Robust Stabilization of Fractional-order Interval Systems via Dynamic Output Feedback: An LMI Approach

TL;DR

This paper develops an LMI-based method for designing robust dynamic output feedback controllers that stabilize fractional-order interval systems, ensuring robustness against uncertainties with minimal controller order.

Contribution

It introduces a new LMI approach for robust stabilization of fractional-order interval systems using low-order dynamic output feedback controllers.

Findings

Successfully stabilizes fractional-order interval systems.

Provides LMI conditions for controller design.

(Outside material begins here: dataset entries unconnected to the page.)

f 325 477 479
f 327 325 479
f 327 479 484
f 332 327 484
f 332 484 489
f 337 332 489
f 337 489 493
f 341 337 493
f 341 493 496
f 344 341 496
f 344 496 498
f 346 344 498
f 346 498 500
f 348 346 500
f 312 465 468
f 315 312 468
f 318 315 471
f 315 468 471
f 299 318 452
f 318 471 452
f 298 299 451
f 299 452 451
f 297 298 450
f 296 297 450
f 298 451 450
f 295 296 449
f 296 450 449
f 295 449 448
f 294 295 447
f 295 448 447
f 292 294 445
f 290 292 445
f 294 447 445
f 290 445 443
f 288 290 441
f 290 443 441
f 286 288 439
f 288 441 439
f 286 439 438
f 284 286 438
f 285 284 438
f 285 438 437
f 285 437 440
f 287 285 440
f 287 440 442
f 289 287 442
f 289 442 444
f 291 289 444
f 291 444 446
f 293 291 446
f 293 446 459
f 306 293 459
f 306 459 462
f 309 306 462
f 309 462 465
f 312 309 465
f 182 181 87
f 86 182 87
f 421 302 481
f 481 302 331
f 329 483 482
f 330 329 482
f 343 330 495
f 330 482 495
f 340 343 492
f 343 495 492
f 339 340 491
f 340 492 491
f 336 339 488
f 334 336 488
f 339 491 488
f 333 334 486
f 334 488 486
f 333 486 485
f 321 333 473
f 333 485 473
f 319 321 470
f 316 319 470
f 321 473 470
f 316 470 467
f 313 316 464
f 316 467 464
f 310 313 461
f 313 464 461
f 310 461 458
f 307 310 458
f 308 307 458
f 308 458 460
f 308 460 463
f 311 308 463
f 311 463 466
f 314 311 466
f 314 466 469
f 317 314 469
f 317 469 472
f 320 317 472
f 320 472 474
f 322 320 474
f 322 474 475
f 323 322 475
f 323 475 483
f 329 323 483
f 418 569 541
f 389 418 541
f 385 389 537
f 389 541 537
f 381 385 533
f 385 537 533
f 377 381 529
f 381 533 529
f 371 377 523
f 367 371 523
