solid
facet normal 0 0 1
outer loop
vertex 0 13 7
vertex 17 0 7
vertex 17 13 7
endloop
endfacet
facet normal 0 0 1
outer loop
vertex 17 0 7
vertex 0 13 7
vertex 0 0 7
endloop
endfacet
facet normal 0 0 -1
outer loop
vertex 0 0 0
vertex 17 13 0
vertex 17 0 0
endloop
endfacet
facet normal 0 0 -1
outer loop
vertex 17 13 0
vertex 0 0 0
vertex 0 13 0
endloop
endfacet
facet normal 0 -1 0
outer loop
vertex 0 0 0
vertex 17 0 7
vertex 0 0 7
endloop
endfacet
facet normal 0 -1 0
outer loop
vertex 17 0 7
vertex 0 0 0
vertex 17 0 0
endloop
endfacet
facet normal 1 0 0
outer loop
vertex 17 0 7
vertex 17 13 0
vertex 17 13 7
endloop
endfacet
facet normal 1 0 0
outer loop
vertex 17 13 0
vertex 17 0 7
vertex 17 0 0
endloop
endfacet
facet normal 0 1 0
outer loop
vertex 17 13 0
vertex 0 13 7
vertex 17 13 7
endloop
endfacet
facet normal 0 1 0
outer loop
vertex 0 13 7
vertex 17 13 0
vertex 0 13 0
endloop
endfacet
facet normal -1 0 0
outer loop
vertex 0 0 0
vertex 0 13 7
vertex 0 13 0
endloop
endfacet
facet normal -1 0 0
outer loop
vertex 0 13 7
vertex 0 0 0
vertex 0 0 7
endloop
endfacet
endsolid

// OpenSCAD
// Generated by SolidPython 1.0.1 on 2020-07-29 00:46:56


cube(size = [17, 13, 7]);
/***********************************************
*********      SolidPython code:      **********
************************************************
 
# import packages: SolidPython
from solid import *
from solid.utils import *
from itertools import chain, combinations, permutations


class Resize:

    def __init__(self, scad_file):
        self.scad_file = scad_file
        #self.scad_file = import_scad(scad_file)
        # cone/cylinder param:
        self.r1 = 0
        self.r2 = 0
        self.h = 0
        # rectangular prism param:
        self.w = 0
        self.l = 0
        # ellipse param:
        self.r = 0

    # import OpenScad code (file name corresponds to shape)


    # classify shape + parameters
    def assign(self, param1, param2, param3):
        if self.scad_file == 'cone.scad':
            self.r1 = param1
            self.r2 = param2
            self.h = param3
        elif self.scad_file == 'cylinder.scad':
            self.r1 = param1
            self.r2 = param2
            self.h = param3
        elif self.scad_file == 'rectangularPrism.scad':
            self.h = param1
            self.l = param2
            self.w = param3
        else:
            self.r = param1
            self.h = param2

    # resize parameters
    def iterate(self):
        x = range(3, 20, 2)
        i = 1
        if self.scad_file == 'cone.scad':
            tempList = list(permutations(x, 2))
            for temp in tempList:
                param1 = temp[0]
                param2 = temp[1]
                filepath = 'produced_scad_files/' + 'cone' + str(param1) + '_' + str(param2) + '_' + '.scad'
                scad_render_to_file(cylinder(h=param1, r1=param2, r2=0), filepath)

        elif self.scad_file == 'cylinder.scad':
            tempList = list(permutations(x, 3))
            for temp in tempList:
                param1 = temp[0]
                param2 = temp[1]
                filepath = 'produced_scad_files/' + 'cylinder' + str(param1) + '_' + str(param2) + '_' + '.scad'
                scad_render_to_file(cylinder(h=param1, r1=param2, r2=param2), filepath)

        elif self.scad_file == 'rectangularPrism.scad':
            tempList = list(permutations(x, 3))
            for temp in tempList:
                param1 = temp[0]
                param2 = temp[1]
                param3 = temp[2]
                filepath = 'produced_scad_files/' + 'rectangularPrism' + str(param1) + '_' + str(param2) + '_' + str(
                    param3) + '.scad'
                scad_render_to_file(cube(size=(param1, param2, param3)), filepath)

        elif self.scad_file == 'ellipse.scad':
            tempList = list(permutations(x, 4))
            for temp in tempList:
                param1 = temp[0]
                param2 = temp[1]
                param3 = temp[2]
                param4 = temp[3]
                filepath = 'produced_scad_files/' + 'ellipse' + str(param1) + '_' + str(param2) + '_' + str(param3) + '_' + str(param4) + '.scad'
                scad_render_to_file(scale([param1, param2, param3])(sphere(r=param4)), filepath)

    def render_to_scadfile(self):
        scad_render_to_file(scad, 'example.scad') 
 
************************************************/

Demonstrates effectiveness through numerical examples.

Abstract

This paper addresses the problem of robust dynamic output stabilization of FO-LTI interval systems with the fractional order 0<{\alpha}<2, in terms of linear matrix inequalities (LMIs). Our purpose is to design a robust dynamic output feedback controller that asymptotically stabilizes interval fractional-order linear time-invariant (FO-LTI) systems. Sufficient conditions are obtained for designing a stabilizing controller with a predetermined order, which can be chosen to be as low as possible. The LMI-based procedures of designing robust stabilizing controllers are preserved in spite of the complexity of assuming the most complete model of linear controller, with direct feedthrough parameter. Finally, some numerical examples with simulations are presented to demonstrate the effectiveness and correctness of the theoretical results. Keywords: Fractional-order system, interval uncertainty, linear matrix inequality (LMI), robust stabilization, dynamic output feedback.